I’m afraid my daughter will never have a memory of me when I’m young.
Young is a relative term. I don’t mean to be ageist. It’s just that for me, my mother stopped aging at 42 years old. When I look at her now, even though I know she is older than 65 (I made a promise long ago I’d never reveal exactly how old she is), she still looks 42. When she looks at me and complains about lines above her lips, I don’t see them. When she complains about her thinning hair, all I see is thick, curly blond hair. My mom is beautiful, will always be beautiful, and is transfixed in my mind’s eye that way.
My daughter, however, can’t know the 42-year-old version of me. That age came and went when my little girl was only 3, too young to form a permanent impression of what I looked like unless prompted by a photograph when she is older.
Now that she’s 8, I’m anxious and impatient for the ageless memory of me to form. I want to help craft it, make it imprint on her like my scent did when she was a newborn. But there’s no trick I know of to make that happen. With all the technology in the world, there is no memory chip for the human brain. Our tickling games, giggles, coloring, swinging, and putting on make-up are my memories, and I want to share them with her—inscribe them in her heart and mind.

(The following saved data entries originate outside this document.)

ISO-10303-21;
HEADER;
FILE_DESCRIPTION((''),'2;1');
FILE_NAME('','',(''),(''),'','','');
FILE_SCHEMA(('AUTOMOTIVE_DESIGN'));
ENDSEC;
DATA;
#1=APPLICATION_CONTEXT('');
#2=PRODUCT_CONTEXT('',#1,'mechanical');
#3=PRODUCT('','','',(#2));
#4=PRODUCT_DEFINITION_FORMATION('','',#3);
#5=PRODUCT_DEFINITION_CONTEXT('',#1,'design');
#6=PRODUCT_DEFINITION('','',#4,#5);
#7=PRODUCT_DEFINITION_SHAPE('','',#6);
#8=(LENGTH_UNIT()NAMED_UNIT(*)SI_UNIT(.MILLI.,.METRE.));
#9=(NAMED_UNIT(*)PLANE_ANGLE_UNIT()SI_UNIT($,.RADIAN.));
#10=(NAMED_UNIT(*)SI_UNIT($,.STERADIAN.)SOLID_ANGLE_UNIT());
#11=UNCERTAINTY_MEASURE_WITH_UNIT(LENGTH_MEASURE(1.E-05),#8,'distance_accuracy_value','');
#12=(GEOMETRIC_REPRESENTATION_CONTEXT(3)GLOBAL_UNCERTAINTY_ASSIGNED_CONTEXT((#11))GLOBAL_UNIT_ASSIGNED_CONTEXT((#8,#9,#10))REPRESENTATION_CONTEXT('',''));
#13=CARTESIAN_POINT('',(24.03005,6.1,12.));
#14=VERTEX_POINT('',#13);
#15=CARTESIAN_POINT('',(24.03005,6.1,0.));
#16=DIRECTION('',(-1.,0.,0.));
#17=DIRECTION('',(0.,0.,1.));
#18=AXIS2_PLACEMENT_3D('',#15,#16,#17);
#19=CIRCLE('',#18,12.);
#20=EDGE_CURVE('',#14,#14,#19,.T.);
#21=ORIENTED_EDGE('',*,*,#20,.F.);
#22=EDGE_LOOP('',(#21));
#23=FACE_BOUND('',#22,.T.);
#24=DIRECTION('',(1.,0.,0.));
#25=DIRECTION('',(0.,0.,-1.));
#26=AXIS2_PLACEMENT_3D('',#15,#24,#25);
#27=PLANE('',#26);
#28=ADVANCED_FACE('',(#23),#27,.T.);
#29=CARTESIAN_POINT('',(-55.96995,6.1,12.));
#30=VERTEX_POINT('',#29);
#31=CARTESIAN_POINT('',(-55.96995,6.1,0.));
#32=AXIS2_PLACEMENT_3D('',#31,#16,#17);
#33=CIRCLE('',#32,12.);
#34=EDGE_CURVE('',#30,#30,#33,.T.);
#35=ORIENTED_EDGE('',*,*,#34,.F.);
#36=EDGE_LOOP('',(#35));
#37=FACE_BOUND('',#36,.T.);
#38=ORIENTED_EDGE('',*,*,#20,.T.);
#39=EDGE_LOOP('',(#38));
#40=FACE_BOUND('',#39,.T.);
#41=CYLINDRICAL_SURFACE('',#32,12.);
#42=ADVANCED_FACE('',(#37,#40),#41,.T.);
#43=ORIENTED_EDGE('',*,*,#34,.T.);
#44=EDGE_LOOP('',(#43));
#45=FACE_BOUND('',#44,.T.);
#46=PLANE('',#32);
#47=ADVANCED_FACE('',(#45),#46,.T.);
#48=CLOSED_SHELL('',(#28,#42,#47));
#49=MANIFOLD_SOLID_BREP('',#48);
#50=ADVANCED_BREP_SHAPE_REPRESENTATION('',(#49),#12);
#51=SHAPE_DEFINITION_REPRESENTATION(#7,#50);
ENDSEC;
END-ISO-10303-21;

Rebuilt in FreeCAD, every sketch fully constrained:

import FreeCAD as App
import Part
import Sketcher

V = App.Vector
Q = App.Units.Quantity


def add_polygon(sketch, points):
    """Adds a closed chain of lines whose ends are joined by coincident constraints."""
    first, n = sketch.GeometryCount, len(points)
    for a, b in zip(points, points[1:] + points[:1]):
        sketch.addGeometry(Part.LineSegment(App.Vector(*a, 0), App.Vector(*b, 0)), False)
    for i in range(n):
        sketch.addConstraint(Sketcher.Constraint("Coincident", first + i, 2, first + (i + 1) % n, 1))

doc = App.newDocument("Part")
params = doc.addObject("Spreadsheet::Sheet", "Params")
for row, (alias, value) in enumerate([
    ("sketch1_width", "80 mm"),
    ("sketch1_height", "12 mm"),
    ("revolution_angle", "360 deg"),
], start=1):
    params.set(f"A{row}", alias)
    params.set(f"B{row}", "=" + value)
    params.setAlias(f"B{row}", alias)

body = doc.addObject("PartDesign::Body", "Body")

# Sketch on XY plane
sketch1 = doc.addObject("Sketcher::SketchObject", "Sketch")
body.addObject(sketch1)
sketch1.AttachmentSupport = (doc.XY_Plane, [""])
sketch1.MapMode = "FlatFace"
add_polygon(sketch1, [(-56, 6), (-56, -6), (24, -6), (24, 6)])  # lines 0-3
sketch1.addGeometry(Part.LineSegment(V(-56, 6, 0), V(24, 6, 0)), True)  # axis
sketch1.addConstraint([
    Sketcher.Constraint("Vertical", 0),
    Sketcher.Constraint("Horizontal", 1),
    Sketcher.Constraint("Vertical", 2),
    Sketcher.Constraint("Horizontal", 3),
    Sketcher.Constraint("Horizontal", 4),
    Sketcher.Constraint("Coincident", 4, 1, 3, 2),
    Sketcher.Constraint("Vertical", 1, 2, 4, 2),
    Sketcher.Constraint("DistanceX", 1, 1, 1, 2, Q("80 mm")),
    Sketcher.Constraint("DistanceY", 0, 2, 0, 1, Q("12 mm")),
    Sketcher.Constraint("DistanceY", 0, 2, -1, 1, Q("5.9 mm")),
    Sketcher.Constraint("DistanceX", 0, 2, -1, 1, Q("55.96995 mm")),
])
sketch1.setExpression("Constraints[11]", "Params.sketch1_width")
sketch1.setExpression("Constraints[12]", "Params.sketch1_height")
revolution = doc.addObject("PartDesign::Revolution", "Revolution")
body.addObject(revolution)
revolution.Profile = sketch1
revolution.ReferenceAxis = (sketch1, ["Axis0"])
revolution.setExpression("Angle", "Params.revolution_angle")

doc.recompute()
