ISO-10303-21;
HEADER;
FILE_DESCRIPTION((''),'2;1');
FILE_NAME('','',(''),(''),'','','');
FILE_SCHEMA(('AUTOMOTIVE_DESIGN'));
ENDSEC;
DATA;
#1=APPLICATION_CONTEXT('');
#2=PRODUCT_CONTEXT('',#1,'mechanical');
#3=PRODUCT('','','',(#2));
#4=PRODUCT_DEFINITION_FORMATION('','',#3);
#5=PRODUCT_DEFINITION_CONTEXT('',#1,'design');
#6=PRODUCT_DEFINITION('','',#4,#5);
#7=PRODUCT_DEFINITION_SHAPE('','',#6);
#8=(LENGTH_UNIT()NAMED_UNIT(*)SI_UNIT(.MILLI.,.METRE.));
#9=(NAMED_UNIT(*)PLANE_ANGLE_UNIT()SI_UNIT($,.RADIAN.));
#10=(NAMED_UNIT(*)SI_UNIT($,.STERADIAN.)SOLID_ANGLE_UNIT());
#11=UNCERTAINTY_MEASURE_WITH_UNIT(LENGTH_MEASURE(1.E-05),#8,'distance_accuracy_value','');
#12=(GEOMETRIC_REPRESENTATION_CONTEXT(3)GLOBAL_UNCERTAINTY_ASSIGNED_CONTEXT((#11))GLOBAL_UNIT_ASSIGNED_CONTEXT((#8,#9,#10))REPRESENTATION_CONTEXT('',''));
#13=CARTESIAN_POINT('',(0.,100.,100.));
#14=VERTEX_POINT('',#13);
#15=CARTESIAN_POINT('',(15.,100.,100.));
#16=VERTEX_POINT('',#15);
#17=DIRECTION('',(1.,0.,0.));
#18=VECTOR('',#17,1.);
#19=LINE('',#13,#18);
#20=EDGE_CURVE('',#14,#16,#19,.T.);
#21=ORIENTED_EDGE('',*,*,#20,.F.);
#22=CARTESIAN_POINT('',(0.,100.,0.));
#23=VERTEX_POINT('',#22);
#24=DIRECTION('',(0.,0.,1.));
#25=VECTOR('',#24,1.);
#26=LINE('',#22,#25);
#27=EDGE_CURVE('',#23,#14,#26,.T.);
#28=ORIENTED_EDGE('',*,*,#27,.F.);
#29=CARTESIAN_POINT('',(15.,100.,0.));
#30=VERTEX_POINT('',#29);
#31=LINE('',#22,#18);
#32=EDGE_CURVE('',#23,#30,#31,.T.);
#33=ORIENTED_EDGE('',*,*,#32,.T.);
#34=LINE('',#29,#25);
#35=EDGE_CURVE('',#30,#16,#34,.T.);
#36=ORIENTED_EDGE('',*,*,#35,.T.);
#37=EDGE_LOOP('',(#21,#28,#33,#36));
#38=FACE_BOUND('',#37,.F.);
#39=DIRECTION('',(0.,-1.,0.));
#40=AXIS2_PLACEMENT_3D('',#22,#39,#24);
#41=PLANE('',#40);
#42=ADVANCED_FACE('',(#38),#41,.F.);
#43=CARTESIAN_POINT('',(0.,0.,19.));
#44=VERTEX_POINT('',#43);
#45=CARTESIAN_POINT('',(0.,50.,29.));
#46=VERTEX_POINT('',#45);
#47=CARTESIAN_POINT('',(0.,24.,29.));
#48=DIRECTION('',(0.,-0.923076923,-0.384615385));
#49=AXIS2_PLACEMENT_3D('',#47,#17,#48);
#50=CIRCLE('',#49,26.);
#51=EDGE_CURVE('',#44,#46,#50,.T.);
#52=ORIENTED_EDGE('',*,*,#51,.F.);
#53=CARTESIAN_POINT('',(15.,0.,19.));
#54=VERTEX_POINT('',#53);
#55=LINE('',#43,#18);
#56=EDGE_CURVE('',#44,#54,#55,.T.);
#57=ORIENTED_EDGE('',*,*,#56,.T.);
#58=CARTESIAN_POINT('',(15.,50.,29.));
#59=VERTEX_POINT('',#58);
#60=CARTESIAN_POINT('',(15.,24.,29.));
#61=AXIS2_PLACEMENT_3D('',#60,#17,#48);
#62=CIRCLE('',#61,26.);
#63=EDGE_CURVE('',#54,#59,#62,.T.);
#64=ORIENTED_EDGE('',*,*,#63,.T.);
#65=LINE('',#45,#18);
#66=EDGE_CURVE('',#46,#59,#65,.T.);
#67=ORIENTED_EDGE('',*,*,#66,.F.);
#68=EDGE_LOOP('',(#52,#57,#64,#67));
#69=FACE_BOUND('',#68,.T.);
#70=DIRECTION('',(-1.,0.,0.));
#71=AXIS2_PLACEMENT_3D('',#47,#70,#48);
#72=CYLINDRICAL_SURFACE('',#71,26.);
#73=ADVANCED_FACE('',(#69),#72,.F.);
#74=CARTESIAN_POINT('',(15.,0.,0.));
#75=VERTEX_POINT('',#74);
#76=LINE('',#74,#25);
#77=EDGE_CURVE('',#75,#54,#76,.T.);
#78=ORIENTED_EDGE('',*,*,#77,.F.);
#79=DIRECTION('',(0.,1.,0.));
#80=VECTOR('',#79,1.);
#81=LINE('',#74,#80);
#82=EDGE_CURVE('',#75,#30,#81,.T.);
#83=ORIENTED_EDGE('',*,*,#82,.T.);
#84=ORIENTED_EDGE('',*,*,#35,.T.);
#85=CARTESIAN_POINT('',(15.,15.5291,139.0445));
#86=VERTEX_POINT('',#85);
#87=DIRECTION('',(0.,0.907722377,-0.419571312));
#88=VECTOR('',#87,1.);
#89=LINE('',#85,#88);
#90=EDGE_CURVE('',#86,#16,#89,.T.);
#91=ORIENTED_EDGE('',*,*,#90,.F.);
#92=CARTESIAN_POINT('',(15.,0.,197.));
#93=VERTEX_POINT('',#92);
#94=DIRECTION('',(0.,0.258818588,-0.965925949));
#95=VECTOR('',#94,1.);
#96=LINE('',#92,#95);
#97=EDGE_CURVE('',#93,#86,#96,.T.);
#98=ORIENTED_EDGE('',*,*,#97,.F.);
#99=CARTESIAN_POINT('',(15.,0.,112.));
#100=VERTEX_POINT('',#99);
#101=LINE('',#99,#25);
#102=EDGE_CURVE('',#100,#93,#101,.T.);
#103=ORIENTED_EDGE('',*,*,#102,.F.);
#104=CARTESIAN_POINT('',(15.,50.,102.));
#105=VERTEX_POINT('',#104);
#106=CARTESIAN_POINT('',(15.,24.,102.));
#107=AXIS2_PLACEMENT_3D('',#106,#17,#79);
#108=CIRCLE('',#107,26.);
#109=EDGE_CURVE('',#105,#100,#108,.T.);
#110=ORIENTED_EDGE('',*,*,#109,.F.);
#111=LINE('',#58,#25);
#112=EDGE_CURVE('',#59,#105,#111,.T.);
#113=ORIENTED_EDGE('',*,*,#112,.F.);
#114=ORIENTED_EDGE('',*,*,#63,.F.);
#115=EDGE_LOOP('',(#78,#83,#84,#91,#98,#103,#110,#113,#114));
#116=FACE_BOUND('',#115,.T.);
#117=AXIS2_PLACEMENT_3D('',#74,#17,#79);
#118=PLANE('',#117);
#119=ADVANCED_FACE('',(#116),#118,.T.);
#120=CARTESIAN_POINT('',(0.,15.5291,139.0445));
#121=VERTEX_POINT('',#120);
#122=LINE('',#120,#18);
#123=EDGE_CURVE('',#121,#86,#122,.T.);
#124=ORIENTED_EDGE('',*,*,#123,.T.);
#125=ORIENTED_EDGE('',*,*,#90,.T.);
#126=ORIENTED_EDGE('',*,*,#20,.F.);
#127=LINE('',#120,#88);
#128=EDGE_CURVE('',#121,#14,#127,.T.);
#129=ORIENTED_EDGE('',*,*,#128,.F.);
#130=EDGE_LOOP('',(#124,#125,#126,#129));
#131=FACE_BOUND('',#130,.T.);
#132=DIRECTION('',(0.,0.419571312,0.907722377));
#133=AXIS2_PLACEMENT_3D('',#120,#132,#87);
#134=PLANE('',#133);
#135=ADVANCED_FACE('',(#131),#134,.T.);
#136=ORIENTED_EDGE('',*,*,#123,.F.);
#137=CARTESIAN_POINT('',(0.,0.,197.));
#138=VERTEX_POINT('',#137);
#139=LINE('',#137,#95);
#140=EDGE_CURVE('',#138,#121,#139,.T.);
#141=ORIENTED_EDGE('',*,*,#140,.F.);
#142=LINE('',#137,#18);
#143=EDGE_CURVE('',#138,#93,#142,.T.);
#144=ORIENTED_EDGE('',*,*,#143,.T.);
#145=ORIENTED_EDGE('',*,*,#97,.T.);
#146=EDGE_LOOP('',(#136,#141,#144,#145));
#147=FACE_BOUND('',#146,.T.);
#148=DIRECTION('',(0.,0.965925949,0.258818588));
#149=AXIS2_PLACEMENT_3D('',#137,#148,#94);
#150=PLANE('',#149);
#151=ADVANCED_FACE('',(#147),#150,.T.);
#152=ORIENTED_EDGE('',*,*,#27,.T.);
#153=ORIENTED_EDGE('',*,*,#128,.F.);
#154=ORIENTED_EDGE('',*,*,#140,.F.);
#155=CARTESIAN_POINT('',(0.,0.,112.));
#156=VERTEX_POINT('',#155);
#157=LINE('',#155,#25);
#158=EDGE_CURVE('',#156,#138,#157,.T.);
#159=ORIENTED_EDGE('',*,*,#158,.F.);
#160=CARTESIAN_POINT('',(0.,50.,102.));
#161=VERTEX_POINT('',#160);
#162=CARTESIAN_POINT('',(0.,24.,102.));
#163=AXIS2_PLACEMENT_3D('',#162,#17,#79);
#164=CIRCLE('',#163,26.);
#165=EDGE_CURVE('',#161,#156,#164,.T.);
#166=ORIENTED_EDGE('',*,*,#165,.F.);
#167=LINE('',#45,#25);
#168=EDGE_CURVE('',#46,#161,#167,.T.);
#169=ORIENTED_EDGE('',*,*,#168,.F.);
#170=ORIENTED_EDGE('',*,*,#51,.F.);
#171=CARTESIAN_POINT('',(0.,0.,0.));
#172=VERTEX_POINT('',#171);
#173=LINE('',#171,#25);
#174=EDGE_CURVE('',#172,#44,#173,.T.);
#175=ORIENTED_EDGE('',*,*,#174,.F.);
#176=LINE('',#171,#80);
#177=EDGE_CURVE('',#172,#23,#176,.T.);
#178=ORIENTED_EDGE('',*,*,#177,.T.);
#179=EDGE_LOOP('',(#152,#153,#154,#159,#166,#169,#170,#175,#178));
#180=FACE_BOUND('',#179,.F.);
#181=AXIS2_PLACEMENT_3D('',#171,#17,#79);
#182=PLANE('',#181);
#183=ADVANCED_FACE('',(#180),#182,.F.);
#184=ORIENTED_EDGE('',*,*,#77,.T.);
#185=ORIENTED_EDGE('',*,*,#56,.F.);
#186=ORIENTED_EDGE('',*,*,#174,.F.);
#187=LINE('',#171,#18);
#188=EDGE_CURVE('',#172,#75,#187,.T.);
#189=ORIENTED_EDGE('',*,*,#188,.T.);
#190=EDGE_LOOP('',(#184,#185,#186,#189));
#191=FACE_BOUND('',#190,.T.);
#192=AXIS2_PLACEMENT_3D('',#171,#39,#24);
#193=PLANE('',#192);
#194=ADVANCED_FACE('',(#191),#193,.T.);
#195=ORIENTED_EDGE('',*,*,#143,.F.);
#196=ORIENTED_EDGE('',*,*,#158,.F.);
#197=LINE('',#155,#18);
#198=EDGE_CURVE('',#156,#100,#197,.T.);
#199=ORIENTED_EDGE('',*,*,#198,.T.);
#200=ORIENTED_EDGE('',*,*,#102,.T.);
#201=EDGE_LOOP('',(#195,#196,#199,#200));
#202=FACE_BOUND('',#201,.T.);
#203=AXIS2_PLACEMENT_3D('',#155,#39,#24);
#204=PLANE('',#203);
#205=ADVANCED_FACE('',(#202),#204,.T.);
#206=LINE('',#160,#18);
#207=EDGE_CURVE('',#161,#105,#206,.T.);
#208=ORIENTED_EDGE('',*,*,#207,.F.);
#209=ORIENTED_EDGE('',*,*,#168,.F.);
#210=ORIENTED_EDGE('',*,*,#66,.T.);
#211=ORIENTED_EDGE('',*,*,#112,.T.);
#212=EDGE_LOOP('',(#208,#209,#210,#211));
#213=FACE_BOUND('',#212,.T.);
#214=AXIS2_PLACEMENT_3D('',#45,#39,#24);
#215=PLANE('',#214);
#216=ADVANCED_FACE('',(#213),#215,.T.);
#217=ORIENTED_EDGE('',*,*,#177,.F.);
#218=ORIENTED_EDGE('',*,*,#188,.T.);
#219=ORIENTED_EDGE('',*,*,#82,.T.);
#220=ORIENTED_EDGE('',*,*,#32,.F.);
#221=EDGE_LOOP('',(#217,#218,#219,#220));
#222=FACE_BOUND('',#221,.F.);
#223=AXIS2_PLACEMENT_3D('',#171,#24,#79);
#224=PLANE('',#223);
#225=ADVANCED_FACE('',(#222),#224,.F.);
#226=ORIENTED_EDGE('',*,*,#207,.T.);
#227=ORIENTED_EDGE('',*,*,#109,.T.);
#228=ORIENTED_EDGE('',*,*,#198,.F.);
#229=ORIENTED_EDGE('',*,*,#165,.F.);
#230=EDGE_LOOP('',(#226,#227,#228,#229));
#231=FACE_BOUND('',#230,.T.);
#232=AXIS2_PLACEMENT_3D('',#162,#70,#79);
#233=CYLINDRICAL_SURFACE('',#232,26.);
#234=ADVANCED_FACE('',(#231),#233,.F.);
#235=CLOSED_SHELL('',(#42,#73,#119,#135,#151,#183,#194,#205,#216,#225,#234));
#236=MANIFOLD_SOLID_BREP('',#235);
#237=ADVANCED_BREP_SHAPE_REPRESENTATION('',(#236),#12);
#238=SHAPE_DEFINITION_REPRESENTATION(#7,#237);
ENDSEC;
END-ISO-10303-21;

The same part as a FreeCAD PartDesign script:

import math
import FreeCAD as App
import Part
import Sketcher
from FreeCAD import Vector
Q = App.Units.Quantity

doc = App.newDocument("Part")
body = doc.addObject("PartDesign::Body", "Body")

sketch1 = doc.addObject("Sketcher::SketchObject", "Sketch")
body.addObject(sketch1)
sketch1.AttachmentSupport = (doc.YZ_Plane, [""])
sketch1.MapMode = "FlatFace"
sketch1.addGeometry(Part.LineSegment(Vector(0, 19, 0), Vector(0, 0, 0)), False)
sketch1.addGeometry(Part.LineSegment(Vector(0, 0, 0), Vector(100, 0, 0)), False)
sketch1.addGeometry(Part.LineSegment(Vector(100, 0, 0), Vector(100, 100, 0)), False)
sketch1.addGeometry(Part.LineSegment(Vector(100, 100, 0), Vector(15.5291, 139.0445, 0)), False)
sketch1.addGeometry(Part.LineSegment(Vector(15.5291, 139.0445, 0), Vector(0, 197, 0)), False)
sketch1.addGeometry(Part.LineSegment(Vector(0, 197, 0), Vector(0, 112, 0)), False)
sketch1.addGeometry(Part.ArcOfCircle(Part.Circle(Vector(24, 102, 0), Vector(0, 0, 1), 26), math.radians(0), math.radians(157.380135)), False)
sketch1.addGeometry(Part.LineSegment(Vector(50, 102, 0), Vector(50, 29, 0)), False)
sketch1.addGeometry(Part.ArcOfCircle(Part.Circle(Vector(24, 29, 0), Vector(0, 0, 1), 26), math.radians(-157.380135), math.radians(0)), False)
sketch1.addConstraint(Sketcher.Constraint("Coincident", 0, 2, 1, 1))
sketch1.addConstraint(Sketcher.Constraint("Coincident", 1, 2, 2, 1))
sketch1.addConstraint(Sketcher.Constraint("Coincident", 2, 2, 3, 1))
sketch1.addConstraint(Sketcher.Constraint("Coincident", 3, 2, 4, 1))
sketch1.addConstraint(Sketcher.Constraint("Coincident", 4, 2, 5, 1))
sketch1.addConstraint(Sketcher.Constraint("Coincident", 5, 2, 6, 2))
sketch1.addConstraint(Sketcher.Constraint("Tangent", 6, 1, 7, 1))
sketch1.addConstraint(Sketcher.Constraint("Tangent", 7, 2, 8, 2))
sketch1.addConstraint(Sketcher.Constraint("Coincident", 8, 1, 0, 1))
sketch1.addConstraint(Sketcher.Constraint("Vertical", 0))
sketch1.addConstraint(Sketcher.Constraint("Horizontal", 1))
sketch1.addConstraint(Sketcher.Constraint("Vertical", 2))
sketch1.addConstraint(Sketcher.Constraint("Vertical", 5))
sketch1.addConstraint(Sketcher.Constraint("Vertical", 7))
sketch1.addConstraint(Sketcher.Constraint("Coincident", 0, 2, -1, 1))
sketch1.addConstraint(Sketcher.Constraint("Equal", 6, 8))
sketch1.addConstraint(Sketcher.Constraint("PointOnObject", 4, 2, -2))
sketch1.addConstraint(Sketcher.Constraint("Equal", 1, 2))
sketch1.addConstraint(Sketcher.Constraint("Radius", 6, Q("26 mm")))
sketch1.addConstraint(Sketcher.Constraint("DistanceX", 1, 1, 1, 2, Q("100 mm")))
sketch1.addConstraint(Sketcher.Constraint("DistanceY", 7, 2, 7, 1, Q("73 mm")))
sketch1.addConstraint(Sketcher.Constraint("Distance", 4, Q("60 mm")))
sketch1.addConstraint(Sketcher.Constraint("DistanceX", -1, 1, 6, 3, Q("24 mm")))
sketch1.addConstraint(Sketcher.Constraint("DistanceY", -1, 1, 8, 3, Q("29 mm")))
sketch1.addConstraint(Sketcher.Constraint("DistanceY", -1, 1, 4, 2, Q("197 mm")))
sketch1.addConstraint(Sketcher.Constraint("Angle", 4, Q("105 deg")))
pad1 = doc.addObject("PartDesign::Pad", "Pad")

She enjoys reminiscing about the images of us in photo albums. She can recall with perfect clarity how we saw an alligator when we went fishing and how she cried when I yelled at her for running away from me in a crowd. Pointing at pictures of herself as an infant, she recounts the stories I shared with her.
The sentimental journey is endearing, but I don’t trust the shared memories will last. My mother stopped aging in my mind when I was 14. If the same thing happens with my daughter, I will be 53, and no amount of diet, exercise, or Botox will change the reality.
She has an older mother, and she doesn’t care at all now, but she may one day soon. Waiting to be in a good marriage before having children was a choice I made. I didn’t want to have a child grow up in a stressed environment, so I put off starting our family until I felt safe in marriage and conceived my beautiful girl.
But waiting has consequences. Raised inverted veins crisscross my hands like a topographic map, and unless I make a fist to pull the skin taught, I hardly recognize them as my own.
These hands held my daughter’s small and plump ones. They wipe her tears. They’re at the end of the arms that hold her when she’s sick or cries. By the time she sees them, the skin will be thinner and easily pull away from my bones. How will she look at mine and see her own?
Since she takes after her father’s side of the family—tall, long limbs, and fair sensitive skin—how will she view my olive skin, short limbs, and long torso? My consolation prize is she’s picking up my mannerisms. But at 14, I doubt she’ll cherish talking with her hands the way I do, crossing her right leg over her left, or cocking her head to the right when she’s irritated. She may not appreciate her love of shoes and her ability to memorize the words to songs without trying, which she sings aloud with all her heart just like me.
I’m not sure if my fear is rational. Who cares what a parent looks like when a child is loved and secure, right? Someone needs to tell my heart that the dread of always being seen as old to my one and only child is ridiculous. Please.
She’ll never know me when I didn’t wear glasses. She won’t know me when my back didn’t go out, or when my right foot didn’t have a scar, or how dancing too hard requires recovery time before I can exercise again. She won’t know I loved wearing high heels, because wearing them now causes low back pain, or that I ever ate fried food without getting a tummy ache. Not to mention those terrible dark hairs growing on my face that require tweezer vigilance!
She’ll know the future me. One I can’t say I’ll recognize. The woman I am becoming, the one who is older with more lines and spots on her face.
As if my daughter knew I was writing this, she started calling for me. Her voice a higher pitch, signaling it’s vital I go to her and see what is so important.
When I reached her, she turned her pretty face up toward mine, her light gray-blue eyes wide and innocent, yet full of yearning. She took a deep breath and said, “Mommy, I think you’re beautiful. I love you. I know you love me. I know I came out of your tummy.”
I held her in my older arms and hands. “I love you, too, baby girl. I love you, too.” And blinked away my tears because I didn’t want her to see me cry.
Perhaps my fear is more sinister than vanity. Is my age a clock ticking down the time I’ll be in her life?
Here I am, self-obsessed with my appearance, when the real threat is time. I hope I inherit the longevity that runs in my mother’s side of the family. Grandma Jean lived into her 90s with full mental capabilities. Maybe my daughter inherited my husband’s photographic memory, and, despite the great odds, she’ll always see me as I am today.
And maybe none of this matters because she’ll be a happy and well-loved girl who grows into a woman who knows her mother always adored her. To her, that will be beautiful and timeless.